18-549: Design of Embedded Systems (senior-level capstone)
Offered: Spring 2009, Spring 2008, Spring 2007
This capstone course comprises a semester-long project experience geared towards the development of skills to design realistic and practical embedded systems and applications. Students will work in teams on an innovative project that will involve the hands-on design, configuration, engineering, implementation and testing of a prototype of an embedded system of their choice. Students will be expected to leverage proficiency and background gained from other courses, particularly with regard to embedded real-time principles and embedded programming. The project will utilize a synergistic mixture of skills in system architecture, modular system design, software engineering, subsystem integration, debugging and testing. From inception to demonstration of the prototype, the course will follow industrial project practices, such as version control, design requirements, design reviews and quality assurance plans. The initial lecture content will cover background material intended to complement the project work. The remainder of the course will consist of regular team presentations of key project milestones, current project status, a final project presentation and functional demonstrations of various subsystems, even as the entire prototype is being developed.

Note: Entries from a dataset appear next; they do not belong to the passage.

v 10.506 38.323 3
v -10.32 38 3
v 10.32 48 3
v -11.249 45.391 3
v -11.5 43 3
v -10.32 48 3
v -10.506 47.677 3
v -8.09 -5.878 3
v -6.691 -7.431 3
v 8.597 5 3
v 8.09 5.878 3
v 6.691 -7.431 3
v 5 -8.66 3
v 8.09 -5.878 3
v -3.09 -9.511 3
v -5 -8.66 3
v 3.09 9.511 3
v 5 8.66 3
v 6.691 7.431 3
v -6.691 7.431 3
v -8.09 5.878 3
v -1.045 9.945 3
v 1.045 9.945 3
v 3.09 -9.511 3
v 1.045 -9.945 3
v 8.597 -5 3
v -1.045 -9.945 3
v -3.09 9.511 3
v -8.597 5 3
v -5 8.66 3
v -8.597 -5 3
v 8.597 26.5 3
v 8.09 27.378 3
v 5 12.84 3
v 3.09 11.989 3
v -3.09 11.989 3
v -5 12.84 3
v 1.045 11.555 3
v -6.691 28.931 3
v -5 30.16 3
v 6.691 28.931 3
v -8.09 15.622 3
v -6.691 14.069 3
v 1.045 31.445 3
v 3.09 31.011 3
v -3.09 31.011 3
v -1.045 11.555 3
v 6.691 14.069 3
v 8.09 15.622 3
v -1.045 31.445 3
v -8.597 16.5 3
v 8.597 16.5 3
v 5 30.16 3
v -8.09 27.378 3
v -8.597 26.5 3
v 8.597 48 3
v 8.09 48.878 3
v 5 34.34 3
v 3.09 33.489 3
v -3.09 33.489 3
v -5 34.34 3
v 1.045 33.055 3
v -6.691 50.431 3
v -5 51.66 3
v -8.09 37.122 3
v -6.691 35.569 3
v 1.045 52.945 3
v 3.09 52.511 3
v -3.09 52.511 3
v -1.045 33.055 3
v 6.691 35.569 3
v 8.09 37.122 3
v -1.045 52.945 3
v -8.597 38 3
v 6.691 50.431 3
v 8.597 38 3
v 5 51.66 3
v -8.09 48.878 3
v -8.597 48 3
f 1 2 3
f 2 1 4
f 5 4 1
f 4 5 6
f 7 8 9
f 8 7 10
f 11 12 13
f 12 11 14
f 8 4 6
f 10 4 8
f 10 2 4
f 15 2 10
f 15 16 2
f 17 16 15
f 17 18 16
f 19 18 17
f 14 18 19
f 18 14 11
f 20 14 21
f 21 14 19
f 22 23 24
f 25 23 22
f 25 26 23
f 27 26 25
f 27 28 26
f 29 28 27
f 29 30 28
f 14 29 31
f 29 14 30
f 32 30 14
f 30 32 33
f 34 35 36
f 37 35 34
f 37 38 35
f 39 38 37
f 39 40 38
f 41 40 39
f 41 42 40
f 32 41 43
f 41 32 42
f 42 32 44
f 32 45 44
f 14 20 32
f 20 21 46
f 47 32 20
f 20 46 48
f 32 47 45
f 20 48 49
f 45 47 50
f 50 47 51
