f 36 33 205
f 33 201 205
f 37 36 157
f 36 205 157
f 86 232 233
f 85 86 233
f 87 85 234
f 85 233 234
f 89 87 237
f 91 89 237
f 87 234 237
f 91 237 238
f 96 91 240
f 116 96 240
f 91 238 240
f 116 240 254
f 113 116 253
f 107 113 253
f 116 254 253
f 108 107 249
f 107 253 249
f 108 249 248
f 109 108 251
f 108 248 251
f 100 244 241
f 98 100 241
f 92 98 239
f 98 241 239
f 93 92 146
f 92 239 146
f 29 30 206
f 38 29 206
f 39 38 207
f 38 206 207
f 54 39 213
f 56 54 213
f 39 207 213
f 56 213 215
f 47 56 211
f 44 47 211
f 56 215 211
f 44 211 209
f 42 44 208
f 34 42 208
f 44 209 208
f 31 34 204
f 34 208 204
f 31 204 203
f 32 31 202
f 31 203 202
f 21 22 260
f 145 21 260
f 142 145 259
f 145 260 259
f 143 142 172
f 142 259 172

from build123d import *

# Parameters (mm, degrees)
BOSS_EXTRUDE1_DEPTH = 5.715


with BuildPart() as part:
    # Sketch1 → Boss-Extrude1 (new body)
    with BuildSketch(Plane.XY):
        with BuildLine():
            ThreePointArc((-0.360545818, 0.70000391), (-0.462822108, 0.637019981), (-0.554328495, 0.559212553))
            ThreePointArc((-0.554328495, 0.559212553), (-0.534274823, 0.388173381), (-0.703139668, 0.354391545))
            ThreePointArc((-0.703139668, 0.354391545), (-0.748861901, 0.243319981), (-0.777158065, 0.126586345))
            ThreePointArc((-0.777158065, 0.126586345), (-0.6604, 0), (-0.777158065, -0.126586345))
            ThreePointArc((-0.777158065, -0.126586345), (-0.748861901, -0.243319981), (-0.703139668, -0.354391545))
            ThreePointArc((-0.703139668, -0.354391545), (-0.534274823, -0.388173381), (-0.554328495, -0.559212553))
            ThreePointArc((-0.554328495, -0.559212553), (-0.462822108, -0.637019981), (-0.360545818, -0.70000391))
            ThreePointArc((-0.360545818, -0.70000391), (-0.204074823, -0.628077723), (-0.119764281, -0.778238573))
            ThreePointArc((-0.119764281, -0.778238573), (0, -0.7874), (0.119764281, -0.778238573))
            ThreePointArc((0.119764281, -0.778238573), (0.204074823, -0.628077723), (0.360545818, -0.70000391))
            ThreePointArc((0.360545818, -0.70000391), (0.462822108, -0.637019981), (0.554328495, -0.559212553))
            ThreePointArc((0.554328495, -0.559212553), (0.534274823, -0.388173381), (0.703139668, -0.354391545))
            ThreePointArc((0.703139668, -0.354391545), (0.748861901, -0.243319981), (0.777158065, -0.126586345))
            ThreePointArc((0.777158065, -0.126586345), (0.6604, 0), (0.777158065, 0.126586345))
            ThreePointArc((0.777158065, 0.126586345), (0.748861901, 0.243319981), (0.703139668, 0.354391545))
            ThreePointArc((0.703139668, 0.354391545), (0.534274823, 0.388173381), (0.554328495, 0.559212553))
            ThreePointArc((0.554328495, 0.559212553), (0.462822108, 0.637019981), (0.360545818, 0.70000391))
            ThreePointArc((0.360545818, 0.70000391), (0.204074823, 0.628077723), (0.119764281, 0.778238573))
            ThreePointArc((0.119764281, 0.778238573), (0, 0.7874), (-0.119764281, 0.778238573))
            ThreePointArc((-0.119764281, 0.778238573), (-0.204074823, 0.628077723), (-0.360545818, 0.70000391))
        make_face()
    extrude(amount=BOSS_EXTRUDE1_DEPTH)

18-749: Fault-Tolerant Distributed Systems (graduate-level)
Offered: Spring 2006, Spring 2005, Spring 2004, Spring 2003, Spring 2002
Not offered any more.
The course provides an in-depth and hands-on overview of designing and developing fault-tolerant distributed systems. The course covers both the fundamental and advanced concepts of dependability, including replication, atomic multicast, group communication, consistency, checkpointing, transaction processing and fault injection, along with industrial standards and real-world practices for achieving high availability and fault-tolerance. Additional topics include the practical trade-offs and inter-relationships between fault-tolerance and other properties, such as real-time and performance. The lecture concepts are complemented through a semester-long hands-on project that involves the design, implementation and empirical evaluation of a distributed fault-tolerant, high-performance distributed system. To introduce students to the state-of-the-art technologies, the project emphasizes the use of object-oriented middleware, such as CORBA and EJB.